ASSIGNMENT: From the entries that follow, copy exactly the lines beginning at the line holding "f 148 193 126" and continuing through the line holding "f 146 197 147".

GIVEN RECORDS:
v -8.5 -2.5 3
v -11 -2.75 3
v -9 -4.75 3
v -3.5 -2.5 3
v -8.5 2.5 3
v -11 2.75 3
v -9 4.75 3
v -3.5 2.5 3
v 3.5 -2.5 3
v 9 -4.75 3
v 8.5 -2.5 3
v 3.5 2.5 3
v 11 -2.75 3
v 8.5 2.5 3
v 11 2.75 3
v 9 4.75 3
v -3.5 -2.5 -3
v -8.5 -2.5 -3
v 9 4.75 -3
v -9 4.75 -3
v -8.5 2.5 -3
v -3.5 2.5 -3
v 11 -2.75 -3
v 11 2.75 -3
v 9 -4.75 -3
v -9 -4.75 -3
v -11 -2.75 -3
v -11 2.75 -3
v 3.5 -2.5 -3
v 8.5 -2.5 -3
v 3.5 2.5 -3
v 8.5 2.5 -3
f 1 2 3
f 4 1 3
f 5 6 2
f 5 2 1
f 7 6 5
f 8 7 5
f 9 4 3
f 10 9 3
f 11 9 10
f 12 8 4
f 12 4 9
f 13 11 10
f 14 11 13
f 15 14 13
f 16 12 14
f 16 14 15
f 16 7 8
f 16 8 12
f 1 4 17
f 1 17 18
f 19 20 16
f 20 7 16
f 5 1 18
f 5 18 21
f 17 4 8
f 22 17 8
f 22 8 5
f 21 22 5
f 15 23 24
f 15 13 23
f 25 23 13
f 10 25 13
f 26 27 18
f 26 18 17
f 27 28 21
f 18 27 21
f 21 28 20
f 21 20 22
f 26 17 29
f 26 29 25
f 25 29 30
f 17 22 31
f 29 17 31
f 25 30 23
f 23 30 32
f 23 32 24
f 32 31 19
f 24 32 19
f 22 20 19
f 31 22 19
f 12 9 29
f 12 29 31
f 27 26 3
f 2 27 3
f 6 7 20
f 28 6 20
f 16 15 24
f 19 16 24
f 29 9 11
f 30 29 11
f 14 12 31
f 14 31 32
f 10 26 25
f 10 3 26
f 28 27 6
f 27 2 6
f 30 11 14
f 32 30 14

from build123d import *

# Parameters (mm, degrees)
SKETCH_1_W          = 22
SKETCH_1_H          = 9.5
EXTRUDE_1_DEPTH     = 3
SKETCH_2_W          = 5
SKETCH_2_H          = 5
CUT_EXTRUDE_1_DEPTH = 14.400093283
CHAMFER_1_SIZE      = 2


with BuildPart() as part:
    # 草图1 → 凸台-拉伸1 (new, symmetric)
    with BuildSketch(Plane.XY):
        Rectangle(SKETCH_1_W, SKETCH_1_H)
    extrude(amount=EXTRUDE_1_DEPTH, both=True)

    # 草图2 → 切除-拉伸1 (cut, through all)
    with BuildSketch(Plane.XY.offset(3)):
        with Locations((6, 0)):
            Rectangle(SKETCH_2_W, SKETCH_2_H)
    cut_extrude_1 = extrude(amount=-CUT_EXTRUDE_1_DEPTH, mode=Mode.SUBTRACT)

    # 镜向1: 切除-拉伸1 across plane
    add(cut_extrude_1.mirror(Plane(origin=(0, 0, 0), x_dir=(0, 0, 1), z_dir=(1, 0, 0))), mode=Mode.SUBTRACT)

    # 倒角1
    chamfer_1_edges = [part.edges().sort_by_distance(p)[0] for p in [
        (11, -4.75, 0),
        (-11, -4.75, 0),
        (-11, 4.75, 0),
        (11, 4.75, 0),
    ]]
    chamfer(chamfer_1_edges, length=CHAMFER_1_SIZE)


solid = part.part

---

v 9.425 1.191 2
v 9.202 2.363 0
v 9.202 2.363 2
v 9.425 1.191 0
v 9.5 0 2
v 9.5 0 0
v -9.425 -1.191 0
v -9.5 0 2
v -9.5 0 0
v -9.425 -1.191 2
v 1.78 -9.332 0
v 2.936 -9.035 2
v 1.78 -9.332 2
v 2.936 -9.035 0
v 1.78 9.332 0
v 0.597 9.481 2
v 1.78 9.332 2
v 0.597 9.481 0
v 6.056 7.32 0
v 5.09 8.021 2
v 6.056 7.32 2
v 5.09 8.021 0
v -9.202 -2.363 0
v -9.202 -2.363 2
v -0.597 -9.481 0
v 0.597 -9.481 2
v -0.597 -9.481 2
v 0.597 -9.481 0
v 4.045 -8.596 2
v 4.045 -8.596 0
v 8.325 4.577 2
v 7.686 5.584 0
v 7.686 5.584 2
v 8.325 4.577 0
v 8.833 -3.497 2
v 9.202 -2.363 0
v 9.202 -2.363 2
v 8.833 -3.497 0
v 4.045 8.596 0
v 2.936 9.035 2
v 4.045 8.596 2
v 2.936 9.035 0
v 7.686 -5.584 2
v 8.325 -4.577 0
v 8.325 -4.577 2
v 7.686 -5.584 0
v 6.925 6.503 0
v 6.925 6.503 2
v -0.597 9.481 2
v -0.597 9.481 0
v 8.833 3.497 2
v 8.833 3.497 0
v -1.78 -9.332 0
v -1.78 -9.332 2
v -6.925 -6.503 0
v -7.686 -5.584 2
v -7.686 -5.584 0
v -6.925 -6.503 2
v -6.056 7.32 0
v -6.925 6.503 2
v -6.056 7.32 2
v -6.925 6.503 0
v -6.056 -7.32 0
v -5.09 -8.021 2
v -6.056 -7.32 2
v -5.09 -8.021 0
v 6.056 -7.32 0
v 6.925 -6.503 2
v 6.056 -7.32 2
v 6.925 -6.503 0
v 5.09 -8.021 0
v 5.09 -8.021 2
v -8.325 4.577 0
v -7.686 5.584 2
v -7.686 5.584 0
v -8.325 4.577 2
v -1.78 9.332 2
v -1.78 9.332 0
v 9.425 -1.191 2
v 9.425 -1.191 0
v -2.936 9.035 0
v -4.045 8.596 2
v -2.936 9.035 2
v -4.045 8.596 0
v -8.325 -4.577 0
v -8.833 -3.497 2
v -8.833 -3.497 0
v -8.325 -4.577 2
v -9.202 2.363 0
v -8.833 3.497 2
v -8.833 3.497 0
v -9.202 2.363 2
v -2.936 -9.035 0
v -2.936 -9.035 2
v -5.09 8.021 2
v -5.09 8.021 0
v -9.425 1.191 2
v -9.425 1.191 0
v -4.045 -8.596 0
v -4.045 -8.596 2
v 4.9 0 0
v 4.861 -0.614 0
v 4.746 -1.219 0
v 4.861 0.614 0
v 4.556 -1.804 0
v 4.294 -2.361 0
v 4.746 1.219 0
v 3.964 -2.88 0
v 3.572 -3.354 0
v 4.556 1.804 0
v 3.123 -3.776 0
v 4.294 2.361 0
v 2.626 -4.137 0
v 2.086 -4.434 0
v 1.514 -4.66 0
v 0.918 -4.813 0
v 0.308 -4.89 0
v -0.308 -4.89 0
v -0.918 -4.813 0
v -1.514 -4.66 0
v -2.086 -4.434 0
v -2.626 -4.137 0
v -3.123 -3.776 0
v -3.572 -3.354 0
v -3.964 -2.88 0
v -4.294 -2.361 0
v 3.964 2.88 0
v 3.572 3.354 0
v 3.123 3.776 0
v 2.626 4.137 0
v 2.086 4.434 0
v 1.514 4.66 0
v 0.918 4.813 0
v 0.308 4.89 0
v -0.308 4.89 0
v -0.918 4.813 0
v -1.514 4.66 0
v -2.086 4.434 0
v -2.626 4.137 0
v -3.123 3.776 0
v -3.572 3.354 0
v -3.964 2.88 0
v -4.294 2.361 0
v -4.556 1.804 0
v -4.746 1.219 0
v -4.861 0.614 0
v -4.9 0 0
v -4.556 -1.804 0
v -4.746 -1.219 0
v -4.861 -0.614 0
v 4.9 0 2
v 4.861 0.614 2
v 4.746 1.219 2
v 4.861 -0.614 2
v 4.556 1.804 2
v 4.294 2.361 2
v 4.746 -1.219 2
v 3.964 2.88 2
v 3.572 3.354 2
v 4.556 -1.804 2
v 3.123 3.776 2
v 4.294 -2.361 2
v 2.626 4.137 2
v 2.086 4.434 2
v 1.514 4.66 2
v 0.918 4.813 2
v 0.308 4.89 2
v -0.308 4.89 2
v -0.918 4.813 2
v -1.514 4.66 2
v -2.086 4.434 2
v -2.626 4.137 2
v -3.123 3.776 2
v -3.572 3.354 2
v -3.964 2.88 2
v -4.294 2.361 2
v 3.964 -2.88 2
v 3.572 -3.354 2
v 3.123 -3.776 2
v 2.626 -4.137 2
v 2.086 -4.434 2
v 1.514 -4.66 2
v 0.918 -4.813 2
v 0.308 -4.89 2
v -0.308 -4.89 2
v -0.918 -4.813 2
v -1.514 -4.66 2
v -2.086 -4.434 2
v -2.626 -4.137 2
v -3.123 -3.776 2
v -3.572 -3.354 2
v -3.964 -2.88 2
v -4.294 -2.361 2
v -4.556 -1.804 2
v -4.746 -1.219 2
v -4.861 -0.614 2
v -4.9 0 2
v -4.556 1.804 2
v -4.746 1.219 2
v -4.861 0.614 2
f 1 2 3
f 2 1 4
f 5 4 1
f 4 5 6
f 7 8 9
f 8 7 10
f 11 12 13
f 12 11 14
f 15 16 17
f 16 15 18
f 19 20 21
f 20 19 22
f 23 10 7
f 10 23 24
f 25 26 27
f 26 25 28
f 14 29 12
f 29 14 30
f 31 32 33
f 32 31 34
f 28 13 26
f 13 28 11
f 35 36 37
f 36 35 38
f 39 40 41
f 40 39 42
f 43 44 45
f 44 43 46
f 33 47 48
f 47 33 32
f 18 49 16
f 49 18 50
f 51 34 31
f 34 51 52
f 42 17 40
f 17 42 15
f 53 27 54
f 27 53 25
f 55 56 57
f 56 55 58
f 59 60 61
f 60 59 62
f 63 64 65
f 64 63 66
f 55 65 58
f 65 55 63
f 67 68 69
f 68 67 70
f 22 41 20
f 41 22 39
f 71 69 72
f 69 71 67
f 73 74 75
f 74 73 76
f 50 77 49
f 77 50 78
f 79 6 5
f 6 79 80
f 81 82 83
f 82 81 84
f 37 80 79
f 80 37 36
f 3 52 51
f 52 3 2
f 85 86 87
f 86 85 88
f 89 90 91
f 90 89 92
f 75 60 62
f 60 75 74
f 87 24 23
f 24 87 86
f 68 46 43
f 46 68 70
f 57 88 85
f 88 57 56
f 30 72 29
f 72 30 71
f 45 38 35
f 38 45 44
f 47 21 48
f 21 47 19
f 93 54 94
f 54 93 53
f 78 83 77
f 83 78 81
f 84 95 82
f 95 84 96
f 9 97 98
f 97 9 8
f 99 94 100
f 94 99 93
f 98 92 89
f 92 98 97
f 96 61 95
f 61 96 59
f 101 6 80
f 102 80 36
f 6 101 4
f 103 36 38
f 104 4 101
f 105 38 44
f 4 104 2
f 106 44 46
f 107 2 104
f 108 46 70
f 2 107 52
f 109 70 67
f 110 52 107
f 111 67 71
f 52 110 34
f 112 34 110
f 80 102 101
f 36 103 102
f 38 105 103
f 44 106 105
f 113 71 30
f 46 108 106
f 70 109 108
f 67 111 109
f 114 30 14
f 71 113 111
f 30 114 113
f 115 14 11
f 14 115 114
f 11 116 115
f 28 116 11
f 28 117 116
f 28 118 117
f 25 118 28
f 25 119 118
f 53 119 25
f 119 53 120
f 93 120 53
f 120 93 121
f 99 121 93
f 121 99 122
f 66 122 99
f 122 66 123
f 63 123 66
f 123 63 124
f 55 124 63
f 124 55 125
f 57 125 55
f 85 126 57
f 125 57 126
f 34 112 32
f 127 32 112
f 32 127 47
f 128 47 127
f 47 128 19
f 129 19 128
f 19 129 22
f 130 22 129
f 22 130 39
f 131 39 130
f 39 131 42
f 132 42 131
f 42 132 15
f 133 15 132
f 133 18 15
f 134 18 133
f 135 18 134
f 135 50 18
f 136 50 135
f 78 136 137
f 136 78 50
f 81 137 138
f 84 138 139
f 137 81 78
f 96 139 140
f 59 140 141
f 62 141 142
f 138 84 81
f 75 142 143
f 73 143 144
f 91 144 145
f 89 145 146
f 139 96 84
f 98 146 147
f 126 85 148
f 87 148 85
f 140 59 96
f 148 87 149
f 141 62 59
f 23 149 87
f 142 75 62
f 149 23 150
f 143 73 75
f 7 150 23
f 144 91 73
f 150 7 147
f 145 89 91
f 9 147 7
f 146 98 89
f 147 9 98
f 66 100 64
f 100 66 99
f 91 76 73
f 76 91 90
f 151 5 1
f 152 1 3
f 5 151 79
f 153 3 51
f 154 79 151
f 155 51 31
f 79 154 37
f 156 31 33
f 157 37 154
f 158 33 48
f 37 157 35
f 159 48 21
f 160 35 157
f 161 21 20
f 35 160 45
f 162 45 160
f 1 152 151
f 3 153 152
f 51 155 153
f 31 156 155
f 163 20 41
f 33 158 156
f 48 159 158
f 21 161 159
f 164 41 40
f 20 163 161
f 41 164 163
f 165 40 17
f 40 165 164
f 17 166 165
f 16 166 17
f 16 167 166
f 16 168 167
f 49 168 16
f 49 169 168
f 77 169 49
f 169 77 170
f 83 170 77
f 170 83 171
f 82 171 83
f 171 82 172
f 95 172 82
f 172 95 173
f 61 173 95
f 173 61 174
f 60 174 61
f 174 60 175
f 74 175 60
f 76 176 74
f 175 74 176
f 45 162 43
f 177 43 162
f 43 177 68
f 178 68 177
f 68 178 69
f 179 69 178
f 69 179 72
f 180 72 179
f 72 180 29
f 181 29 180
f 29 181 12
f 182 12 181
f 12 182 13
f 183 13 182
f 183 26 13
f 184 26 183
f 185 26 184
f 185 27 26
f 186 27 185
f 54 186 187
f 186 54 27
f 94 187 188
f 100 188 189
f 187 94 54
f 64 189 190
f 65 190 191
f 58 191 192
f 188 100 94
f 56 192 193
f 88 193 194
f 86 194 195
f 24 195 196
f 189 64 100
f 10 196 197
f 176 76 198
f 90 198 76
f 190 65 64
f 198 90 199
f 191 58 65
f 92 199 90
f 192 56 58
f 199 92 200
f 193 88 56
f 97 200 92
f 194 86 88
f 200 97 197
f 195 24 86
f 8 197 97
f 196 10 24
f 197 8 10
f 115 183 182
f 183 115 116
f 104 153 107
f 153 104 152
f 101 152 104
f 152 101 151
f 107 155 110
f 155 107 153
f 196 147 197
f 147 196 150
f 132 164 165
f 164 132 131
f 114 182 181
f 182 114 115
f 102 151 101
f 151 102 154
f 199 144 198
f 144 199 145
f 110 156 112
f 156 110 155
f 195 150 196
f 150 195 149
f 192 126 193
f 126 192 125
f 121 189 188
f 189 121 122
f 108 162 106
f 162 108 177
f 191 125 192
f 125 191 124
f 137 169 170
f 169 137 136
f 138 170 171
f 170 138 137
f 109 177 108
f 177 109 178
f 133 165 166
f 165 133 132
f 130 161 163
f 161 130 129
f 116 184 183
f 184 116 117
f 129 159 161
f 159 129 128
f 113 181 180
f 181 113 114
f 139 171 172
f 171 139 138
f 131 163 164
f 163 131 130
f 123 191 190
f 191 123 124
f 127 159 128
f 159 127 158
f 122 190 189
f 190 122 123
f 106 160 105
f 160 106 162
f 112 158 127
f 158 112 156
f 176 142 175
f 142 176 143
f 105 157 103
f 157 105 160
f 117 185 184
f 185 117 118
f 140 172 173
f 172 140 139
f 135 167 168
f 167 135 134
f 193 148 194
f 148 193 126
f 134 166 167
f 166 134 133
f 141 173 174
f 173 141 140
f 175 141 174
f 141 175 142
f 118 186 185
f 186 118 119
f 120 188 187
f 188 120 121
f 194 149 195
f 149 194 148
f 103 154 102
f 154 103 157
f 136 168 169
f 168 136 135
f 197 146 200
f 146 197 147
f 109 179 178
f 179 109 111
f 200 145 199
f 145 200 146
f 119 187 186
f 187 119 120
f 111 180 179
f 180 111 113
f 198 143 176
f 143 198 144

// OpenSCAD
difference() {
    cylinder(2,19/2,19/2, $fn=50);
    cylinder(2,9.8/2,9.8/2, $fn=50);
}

RESULT OF THIS EXERCISE:
f 148 193 126
f 134 166 167
f 166 134 133
f 141 173 174
f 173 141 140
f 175 141 174
f 141 175 142
f 118 186 185
f 186 118 119
f 120 188 187
f 188 120 121
f 194 149 195
f 149 194 148
f 103 154 102
f 154 103 157
f 136 168 169
f 168 136 135
f 197 146 200
f 146 197 147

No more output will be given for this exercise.